Koordinator Sekolah Kristen Calvin Pdt Ivan Kristiano mengatakan, tema ini diangkat sebagai upaya edukasi masyarakat terutama para siswa dan siswi tentang bahaya aborsi bagi kesehatan ibu. Praktik ini juga dianggap tidak sesuai dengan norma agama, karena menghilangkan nyawa bayi yang memiliki hak untuk hidup di dunia.
“Topik ini dijadikan tema seminar karena kita semua tahu, pro dan kontra bahwa ada UU yah legal untuk aborsi pada korban pemerkosaan,” ujar Pdt Ivan di lokasi pada Selasa (13/8/2024).
Menurutnya, kampanye ini bukan berarti pihak sekolah tidak peduli terhadap perempuan yang menjadi korban kekerasan seksual atau pemerkosaan. Lewat seminar ini, Sekolah Kristen yang didirikan oleh Pdt. Dr. Stephen Tong ini ingin menyampaikan pesan kepedulian mengenai pentingnya menyelamatkan seorang bayi yang berada di dalam kandungan.
“Jalan keluarnya bukan aborsi, dan itu (kalau dibiarkan) bisa membuat aturan ini semakin longgar sehingga lama-lama tidak ada remnya sama sekali (terkontrol), karena progresnya itu berjalan pelan sehingga semakin loss (tidak terkendali),” katanya.
Selain itu, kata dia, kegiatan ini merupakan bagian dari pendidikan seks atau sex education yang ada di sekolah. Selama ini, pihak sekolah memang memberikan pendidikan tersebut, agar para pelajar bisa memahami tentang reproduksi manusia, sekaligus meningkatkan rasa menghargai antarsesama.
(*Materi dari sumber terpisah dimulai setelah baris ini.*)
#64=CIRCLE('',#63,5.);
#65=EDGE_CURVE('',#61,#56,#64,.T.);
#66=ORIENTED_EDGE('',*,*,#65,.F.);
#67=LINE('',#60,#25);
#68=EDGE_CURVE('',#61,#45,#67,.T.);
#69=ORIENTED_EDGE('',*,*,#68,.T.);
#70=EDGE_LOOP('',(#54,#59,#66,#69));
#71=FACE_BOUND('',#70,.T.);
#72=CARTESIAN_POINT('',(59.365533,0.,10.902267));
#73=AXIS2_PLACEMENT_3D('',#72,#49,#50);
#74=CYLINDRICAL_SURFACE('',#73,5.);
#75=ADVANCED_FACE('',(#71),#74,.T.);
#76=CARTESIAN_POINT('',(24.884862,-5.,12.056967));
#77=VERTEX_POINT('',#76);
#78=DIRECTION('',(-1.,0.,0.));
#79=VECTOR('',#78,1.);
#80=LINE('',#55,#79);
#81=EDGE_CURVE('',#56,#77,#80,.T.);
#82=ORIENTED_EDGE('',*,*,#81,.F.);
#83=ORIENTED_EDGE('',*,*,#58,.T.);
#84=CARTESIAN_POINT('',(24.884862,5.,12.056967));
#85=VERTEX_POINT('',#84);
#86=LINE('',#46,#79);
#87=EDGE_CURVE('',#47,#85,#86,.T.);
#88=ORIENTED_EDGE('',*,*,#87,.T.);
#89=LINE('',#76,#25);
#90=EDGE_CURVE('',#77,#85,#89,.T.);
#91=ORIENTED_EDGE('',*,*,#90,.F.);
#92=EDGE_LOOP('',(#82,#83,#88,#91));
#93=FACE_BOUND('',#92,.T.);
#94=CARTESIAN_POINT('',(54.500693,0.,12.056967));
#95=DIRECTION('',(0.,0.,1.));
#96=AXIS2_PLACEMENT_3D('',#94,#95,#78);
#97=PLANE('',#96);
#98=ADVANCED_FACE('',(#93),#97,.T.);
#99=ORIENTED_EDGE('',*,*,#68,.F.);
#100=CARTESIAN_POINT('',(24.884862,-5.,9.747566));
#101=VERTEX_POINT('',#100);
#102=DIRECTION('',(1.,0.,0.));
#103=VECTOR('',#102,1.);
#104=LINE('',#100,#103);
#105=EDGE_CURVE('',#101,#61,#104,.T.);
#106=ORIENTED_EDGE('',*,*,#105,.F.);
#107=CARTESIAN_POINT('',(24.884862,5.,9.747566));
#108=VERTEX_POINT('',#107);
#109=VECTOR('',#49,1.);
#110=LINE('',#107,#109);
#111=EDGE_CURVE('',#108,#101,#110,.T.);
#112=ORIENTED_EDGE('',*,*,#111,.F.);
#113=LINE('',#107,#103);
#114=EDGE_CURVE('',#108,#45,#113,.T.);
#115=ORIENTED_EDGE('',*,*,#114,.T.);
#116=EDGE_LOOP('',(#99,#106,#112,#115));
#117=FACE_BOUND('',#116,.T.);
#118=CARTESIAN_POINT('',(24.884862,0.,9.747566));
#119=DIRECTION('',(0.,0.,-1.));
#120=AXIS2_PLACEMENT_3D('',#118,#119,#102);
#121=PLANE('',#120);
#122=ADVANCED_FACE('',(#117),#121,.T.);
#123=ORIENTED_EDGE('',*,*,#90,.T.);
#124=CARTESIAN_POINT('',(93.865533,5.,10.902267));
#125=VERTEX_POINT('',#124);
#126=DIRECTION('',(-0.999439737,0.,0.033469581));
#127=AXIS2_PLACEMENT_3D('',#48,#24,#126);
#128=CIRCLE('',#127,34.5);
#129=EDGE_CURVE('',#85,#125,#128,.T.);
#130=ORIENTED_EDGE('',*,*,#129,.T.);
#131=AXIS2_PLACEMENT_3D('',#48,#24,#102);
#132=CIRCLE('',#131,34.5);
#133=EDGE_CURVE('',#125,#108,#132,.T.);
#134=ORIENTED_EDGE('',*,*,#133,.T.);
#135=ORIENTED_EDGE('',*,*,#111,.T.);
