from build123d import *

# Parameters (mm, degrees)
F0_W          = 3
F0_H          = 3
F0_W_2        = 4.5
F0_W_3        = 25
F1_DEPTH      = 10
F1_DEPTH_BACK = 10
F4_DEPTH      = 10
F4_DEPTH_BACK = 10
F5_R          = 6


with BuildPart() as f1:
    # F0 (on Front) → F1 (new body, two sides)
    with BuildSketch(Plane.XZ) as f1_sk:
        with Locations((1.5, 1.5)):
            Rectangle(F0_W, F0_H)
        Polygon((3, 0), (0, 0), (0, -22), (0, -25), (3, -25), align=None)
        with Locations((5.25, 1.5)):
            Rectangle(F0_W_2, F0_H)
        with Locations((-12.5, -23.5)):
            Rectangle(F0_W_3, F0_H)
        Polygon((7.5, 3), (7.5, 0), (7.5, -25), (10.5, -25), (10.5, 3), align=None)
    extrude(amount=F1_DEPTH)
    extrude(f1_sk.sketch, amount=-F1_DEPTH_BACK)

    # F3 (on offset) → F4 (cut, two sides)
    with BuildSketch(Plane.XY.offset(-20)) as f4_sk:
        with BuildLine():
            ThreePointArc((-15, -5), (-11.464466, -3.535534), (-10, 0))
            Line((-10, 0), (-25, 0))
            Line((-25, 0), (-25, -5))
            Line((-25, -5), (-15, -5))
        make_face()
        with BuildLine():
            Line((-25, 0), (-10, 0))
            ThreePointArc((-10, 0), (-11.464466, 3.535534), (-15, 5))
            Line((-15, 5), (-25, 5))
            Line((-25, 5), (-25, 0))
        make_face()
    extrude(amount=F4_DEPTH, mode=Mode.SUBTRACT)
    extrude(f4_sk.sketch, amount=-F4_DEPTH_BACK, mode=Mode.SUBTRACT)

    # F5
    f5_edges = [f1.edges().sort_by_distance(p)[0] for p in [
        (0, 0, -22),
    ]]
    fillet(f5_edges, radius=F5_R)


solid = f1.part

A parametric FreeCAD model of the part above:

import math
import FreeCAD as App
import Part
import Sketcher

V = App.Vector


def edges_at(feature, points):
    """Names of the edges that pass closest to the given points."""
    edges = feature.Shape.Edges
    near = lambda p: min(range(len(edges)), key=lambda i: edges[i].distToShape(Part.Vertex(*p))[0])
    return sorted({f"Edge{near(p) + 1}" for p in points})

doc = App.newDocument("Part")
body = doc.addObject("PartDesign::Body", "Body")

sketch1 = body.newObject("Sketcher::SketchObject", "Sketch")
sketch1.AttachmentSupport = (doc.getObject("XZ_Plane"), [""])
sketch1.MapMode = "FlatFace"
sketch1.addGeometry(Part.LineSegment(V(0, 3, 0), V(0, -22, 0)), False)
sketch1.addGeometry(Part.LineSegment(V(0, -22, 0), V(-25, -22, 0)), False)
sketch1.addGeometry(Part.LineSegment(V(-25, -22, 0), V(-25, -25, 0)), False)
sketch1.addGeometry(Part.LineSegment(V(-25, -25, 0), V(3, -25, 0)), False)
sketch1.addGeometry(Part.LineSegment(V(3, -25, 0), V(3, 0, 0)), False)
sketch1.addGeometry(Part.LineSegment(V(3, 0, 0), V(7.5, 0, 0)), False)
sketch1.addGeometry(Part.LineSegment(V(7.5, 0, 0), V(7.5, -25, 0)), False)
sketch1.addGeometry(Part.LineSegment(V(7.5, -25, 0), V(10.5, -25, 0)), False)
sketch1.addGeometry(Part.LineSegment(V(10.5, -25, 0), V(10.5, 3, 0)), False)
sketch1.addGeometry(Part.LineSegment(V(10.5, 3, 0), V(0, 3, 0)), False)
sketch1.addConstraint(Sketcher.Constraint("Coincident", 0, 2, 1, 1))
sketch1.addConstraint(Sketcher.Constraint("Coincident", 1, 2, 2, 1))
sketch1.addConstraint(Sketcher.Constraint("Coincident", 2, 2, 3, 1))
sketch1.addConstraint(Sketcher.Constraint("Coincident", 3, 2, 4, 1))
sketch1.addConstraint(Sketcher.Constraint("Coincident", 4, 2, 5, 1))
sketch1.addConstraint(Sketcher.Constraint("Coincident", 5, 2, 6, 1))
sketch1.addConstraint(Sketcher.Constraint("Coincident", 6, 2, 7, 1))
sketch1.addConstraint(Sketcher.Constraint("Coincident", 7, 2, 8, 1))
sketch1.addConstraint(Sketcher.Constraint("Coincident", 8, 2, 9, 1))
sketch1.addConstraint(Sketcher.Constraint("Coincident", 9, 2, 0, 1))
sketch1.addConstraint(Sketcher.Constraint("Vertical", 0))
sketch1.addConstraint(Sketcher.Constraint("Horizontal", 1))
sketch1.addConstraint(Sketcher.Constraint("Vertical", 2))
sketch1.addConstraint(Sketcher.Constraint("Horizontal", 3))
sketch1.addConstraint(Sketcher.Constraint("Vertical", 4))
sketch1.addConstraint(Sketcher.Constraint("Horizontal", 5))
sketch1.addConstraint(Sketcher.Constraint("Vertical", 6))
sketch1.addConstraint(Sketcher.Constraint("Horizontal", 7))
sketch1.addConstraint(Sketcher.Constraint("Vertical", 8))
sketch1.addConstraint(Sketcher.Constraint("Horizontal", 9))
sketch1.addConstraint(Sketcher.Constraint("PointOnObject", 0, 2, -2))
sketch1.addConstraint(Sketcher.Constraint("PointOnObject", 4, 2, -1))
sketch1.addConstraint(Sketcher.Constraint("Horizontal", 3, 2, 6, 2))
sketch1.addConstraint(Sketcher.Constraint("Equal", 1, 0))
sketch1.addConstraint(Sketcher.Constraint("Equal", 7, 2))
sketch1.addConstraint(Sketcher.Constraint("Equal", 0, 4))
sketch1.addConstraint(Sketcher.Constraint("Equal", 3, 8))
sketch1.addConstraint(Sketcher.Constraint("DistanceX", 1, 2, 1, 1, 25.0))
sketch1.addConstraint(Sketcher.Constraint("DistanceX", 3, 1, 3, 2, 28.0))
sketch1.addConstraint(Sketcher.Constraint("DistanceX", 5, 1, 5, 2, 4.5))
pad1 = body.newObject("PartDesign::Pad", "Pad")
pad1.Profile = sketch1
pad1.Type = "TwoLengths"
pad1.Length = 10
pad1.Length2 = 10

sketch2 = body.newObject("Sketcher::SketchObject", "Sketch001")
sketch2.AttachmentSupport = (doc.getObject("XY_Plane"), [""])
sketch2.MapMode = "FlatFace"
sketch2.AttachmentOffset = App.Placement(V(0, 0, -20), App.Rotation())
sketch2.addGeometry(Part.ArcOfCircle(Part.Circle(V(-15, 0, 0), V(0, 0, 1), 5), math.radians(-90), math.radians(0)), False)
sketch2.addGeometry(Part.ArcOfCircle(Part.Circle(V(-15, 0, 0), V(0, 0, 1), 5), math.radians(0), math.radians(90)), False)
sketch2.addGeometry(Part.LineSegment(V(-15, 5, 0), V(-25, 5, 0)), False)
sketch2.addGeometry(Part.LineSegment(V(-25, 5, 0), V(-25, -5, 0)), False)
sketch2.addGeometry(Part.LineSegment(V(-25, -5, 0), V(-15, -5, 0)), False)
sketch2.addConstraint(Sketcher.Constraint("Tangent", 0, 2, 1, 1))
sketch2.addConstraint(Sketcher.Constraint("Tangent", 1, 2, 2, 1))
sketch2.addConstraint(Sketcher.Constraint("Coincident", 2, 2, 3, 1))
sketch2.addConstraint(Sketcher.Constraint("Coincident", 3, 2, 4, 1))
sketch2.addConstraint(Sketcher.Constraint("Tangent", 4, 2, 0, 1))
sketch2.addConstraint(Sketcher.Constraint("Horizontal", 2))
sketch2.addConstraint(Sketcher.Constraint("Vertical", 3))
sketch2.addConstraint(Sketcher.Constraint("Horizontal", 4))
sketch2.addConstraint(Sketcher.Constraint("Equal", 0, 1))
sketch2.addConstraint(Sketcher.Constraint("PointOnObject", 0, 3, -1))
sketch2.addConstraint(Sketcher.Constraint("PointOnObject", 0, 2, -1))
sketch2.addConstraint(Sketcher.Constraint("Equal", 4, 3))
sketch2.addConstraint(Sketcher.Constraint("Radius", 0, 5.0))
sketch2.addConstraint(Sketcher.Constraint("DistanceX", 0, 3, -1, 1, 15.0))
pocket1 = body.newObject("PartDesign::Pocket", "Pocket")
pocket1.Profile = sketch2
pocket1.Type = "ThroughAll"
pocket1.Midplane = True
doc.recompute()

fillet = body.newObject("PartDesign::Fillet", "Fillet")
fillet.Base = (pocket1, edges_at(pocket1, [(0, 0, -22)]))
fillet.Radius = 6

doc.recompute()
“Kalau di SD kan diperkenalkan mengenai tubuh manusia, bagaimana menghormati tubuh, tidak membiarkan orang lain menyentuh sembarangan daripada tubuh kita. Lalu memperkenalkan seksualitas laki-laki dan perempuan, saling menghormati gender nah itu bagian dari sex education,” jelasnya.
Sementara itu Dokter Peneliti dari Universitas Oxford Dr. Calum Miller tidak memungkiri banyak stigma di masyarakat bahwa aborsi merupakan salah satu solusi dari korban pemerkosaan. Namun berdasarkan penelitian yang ada, lanjut dia, mayoritas orang yang menjadi korban pemerkosaan justru tetap melanjutkan kehamilannya sampai bayinya lahir.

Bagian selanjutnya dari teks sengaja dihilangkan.